Are you listening?

 

As social media develops as an industry, ways to better leverage its reach and influence are being developed.

Statista research shows there were 3.78 billion social media users worldwide in 2021 whilst Cybercrew research suggests there were 48 million active social media users in the UK in 2020 (67% of the population), with the average user spending 110 minutes on social media per day.

Whilst social media provides a compelling and often addictive form of engagement, physical spaces and physical retail spaces in particular have struggled to leverage the medium to their benefit, often lacking the brand, content, expertise and frequency of interaction required to truly engage an audience.

We look at how `listening' is a more effective strategy than `monitoring' for social media:

Social Monitoring
Marketers have, for many years, tracked social media engagements – counting opens, likes, click-throughs and tweets – in an attempt to display the impact and value that campaigns, both physical and digital, have on the behaviour of audiences online. Such behaviour is classified as Social Monitoring; quantifying the degree of change in audience behaviour in relation to a brand, place or product.

Many, including those acting on behalf of shopping centres, retail parks and outlets, take this a step further, responding to individual interactions in an attempt to boost engagement, satisfaction and loyalty. However, even when engaging directly with users, such behaviour is still classed as Social Monitoring, reflecting the typically reactive and ad-hoc nature of any responses.

Social Listening
Social Listening is a developing tool, comprising taking online interactions at a macro-level and drawing out insight to inform proactive campaigns, strategies and behaviours. Rather than being focused on a single post, comment or tweet, Social Listening focuses on the positive and negative trends in social engagements concerning a brand, place or product and offers the ability to aggregate and disaggregate by platform, user type or sentiment.

Such analysis allows users to better understand the quality and impact of engagement, rather than just the degree of engagement itself. Nike are a leading exponent of utilising social media to drive consumer engagement and value, with their online behaviour a useful case study to understand the above concepts. Nike’s response to a high profile, potentially damaging incident – college basketball star Zion Williamson’s Nike shoe `breaking', causing serious injury provides a showcase of how to utilise Social Monitoring to listen, collate and respond. Nike’s decision to partner with Marcus Rashford to present a new vision​ for the future of football is informed by Social Monitoring and the changes in user behaviour seen through campaigns including those with controversial NFL star Colin Kaepernick. Whilst Nike’s relationship with Kaepernick provided a short-term hit to Nike’s market value, the use of Social Monitoring has allowed them to fully understand the less immediate positive benefits that such collaborations provide with their user base.

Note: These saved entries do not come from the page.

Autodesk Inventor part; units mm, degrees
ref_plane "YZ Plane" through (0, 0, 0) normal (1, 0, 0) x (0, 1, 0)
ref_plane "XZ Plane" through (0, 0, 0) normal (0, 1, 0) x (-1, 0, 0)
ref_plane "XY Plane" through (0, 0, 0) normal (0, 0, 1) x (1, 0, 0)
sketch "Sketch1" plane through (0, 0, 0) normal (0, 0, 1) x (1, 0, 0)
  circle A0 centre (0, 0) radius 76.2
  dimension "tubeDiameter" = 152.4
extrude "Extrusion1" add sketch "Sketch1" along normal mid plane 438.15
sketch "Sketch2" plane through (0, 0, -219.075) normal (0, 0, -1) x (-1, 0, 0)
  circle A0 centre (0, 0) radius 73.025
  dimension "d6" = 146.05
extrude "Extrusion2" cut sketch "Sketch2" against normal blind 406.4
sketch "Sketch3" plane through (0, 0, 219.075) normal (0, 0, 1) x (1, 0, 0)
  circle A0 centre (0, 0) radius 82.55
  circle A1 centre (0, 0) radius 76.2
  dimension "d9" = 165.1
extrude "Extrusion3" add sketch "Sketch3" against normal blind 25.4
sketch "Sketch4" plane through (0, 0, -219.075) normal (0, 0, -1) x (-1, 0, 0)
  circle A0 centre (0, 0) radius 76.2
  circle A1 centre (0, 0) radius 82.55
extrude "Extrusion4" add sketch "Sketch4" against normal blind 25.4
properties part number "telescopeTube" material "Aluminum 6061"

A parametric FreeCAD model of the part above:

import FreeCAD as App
import Part
import Sketcher
Q = App.Units.Quantity

doc = App.newDocument("Part")
body = doc.addObject("PartDesign::Body", "Body")

# Sketch on XY plane
sketch1 = doc.addObject("Sketcher::SketchObject", "Sketch")
body.addObject(sketch1)
sketch1.AttachmentSupport = (doc.XY_Plane, [""])
sketch1.MapMode = "FlatFace"
sketch1.addGeometry(Part.Circle(App.Vector(0, 0, 0), App.Vector(0, 0, 1), 76), False)
sketch1.addConstraint([
    Sketcher.Constraint("Coincident", 0, 3, -1, 1),
    Sketcher.Constraint("Diameter", 0, Q("6 in")),
])
pad1 = doc.addObject("PartDesign::Pad", "Pad")
body.addObject(pad1)
pad1.Profile = sketch1
pad1.Length = Q("17.25 in")
pad1.Midplane = True

# Sketch on XY plane
sketch2 = doc.addObject("Sketcher::SketchObject", "Sketch001")
body.addObject(sketch2)
sketch2.AttachmentSupport = (doc.XY_Plane, [""])
sketch2.MapMode = "FlatFace"
sketch2.AttachmentOffset = App.Placement(App.Vector(0, 0, -8.625 * 25.4), App.Rotation())
sketch2.addGeometry(Part.Circle(App.Vector(0, 0, 0), App.Vector(0, 0, 1), 73), False)
sketch2.addConstraint([
    Sketcher.Constraint("Coincident", 0, 3, -1, 1),
    Sketcher.Constraint("Diameter", 0, Q("5.75 in")),
])
pocket1 = doc.addObject("PartDesign::Pocket", "Pocket")
body.addObject(pocket1)
pocket1.Profile = sketch2
pocket1.Length = Q("16 in")
pocket1.Reversed = True

# Sketch on XY plane
sketch3 = doc.addObject("Sketcher::SketchObject", "Sketch002")
body.addObject(sketch3)
sketch3.AttachmentSupport = (doc.XY_Plane, [""])
sketch3.MapMode = "FlatFace"
sketch3.AttachmentOffset = App.Placement(App.Vector(0, 0, 8.625 * 25.4), App.Rotation())
sketch3.addGeometry([
    Part.Circle(App.Vector(0, 0, 0), App.Vector(0, 0, 1), 83),
    Part.Circle(App.Vector(0, 0, 0), App.Vector(0, 0, 1), 76),
], False)
sketch3.addConstraint([
    Sketcher.Constraint("Coincident", 0, 3, -1, 1),
    Sketcher.Constraint("Coincident", 1, 3, -1, 1),
    Sketcher.Constraint("Diameter", 0, Q("6.5 in")),
    Sketcher.Constraint("Diameter", 1, Q("6 in")),
])
pad2 = doc.addObject("PartDesign::Pad", "Pad001")
body.addObject(pad2)
pad2.Profile = sketch3
pad2.Length = Q("1 in")
pad2.Reversed = True

# Sketch on XY plane
sketch4 = doc.addObject("Sketcher::SketchObject", "Sketch003")
body.addObject(sketch4)
sketch4.AttachmentSupport = (doc.XY_Plane, [""])
sketch4.MapMode = "FlatFace"
sketch4.AttachmentOffset = App.Placement(App.Vector(0, 0, -8.625 * 25.4), App.Rotation())
sketch4.addGeometry([
    Part.Circle(App.Vector(0, 0, 0), App.Vector(0, 0, 1), 83),
    Part.Circle(App.Vector(0, 0, 0), App.Vector(0, 0, 1), 76),
], False)
sketch4.addConstraint([
    Sketcher.Constraint("Coincident", 0, 3, -1, 1),
    Sketcher.Constraint("Coincident", 1, 3, -1, 1),
    Sketcher.Constraint("Diameter", 1, Q("6 in")),
    Sketcher.Constraint("Diameter", 0, Q("6.5 in")),
])
pad3 = doc.addObject("PartDesign::Pad", "Pad002")
body.addObject(pad3)
pad3.Profile = sketch4
pad3.Length = Q("1 in")

doc.recompute()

The opportunity for places
The opportunity to enact positive change starts with listening – too many developers, owners and asset managers think they know what is required, based on their own perceptions, experiences and interactions. Engaging primarily with existing tenants and consumers, and restricting use of digital to a reactive, issue-driven approach (Social Monitoring) limits the potential to leverage a prominent, fast-growing and highly influential form of communication. Utilising Social Listening to understand existing and target customers thoughts and preferences around not only an owned asset, but both benchmark and competing schemes, provides highly insightful data to subsequently increase the relevance of owned assets.

When developing a Social Listening strategy we suggest a three-pronged approach:

Engage. Brand building and long-term relevance can not be gained via a cost-cutting race to the bottom. Social Listening presents a cost-effective way to engage with both some of your biggest advocates, detractors and those yet to engage with your brand, place or product.

Be Realistic. Set achievable goals around what you want to learn from Social Listening and who you want to learn it from. Opportunities presented include engagement with a sizeable, young and diverse audience and, though the depth of learning can be limited, provides a strong research component alongside other quantitative and qualitative research methods.

Learn from your competitors. Social Listening is not restricted to your own brand, place or product and so, even with a limited digital presence, there is the potential to learn from what competitors are doing (and not doing well), and take positive action to drive your own learnings and performance.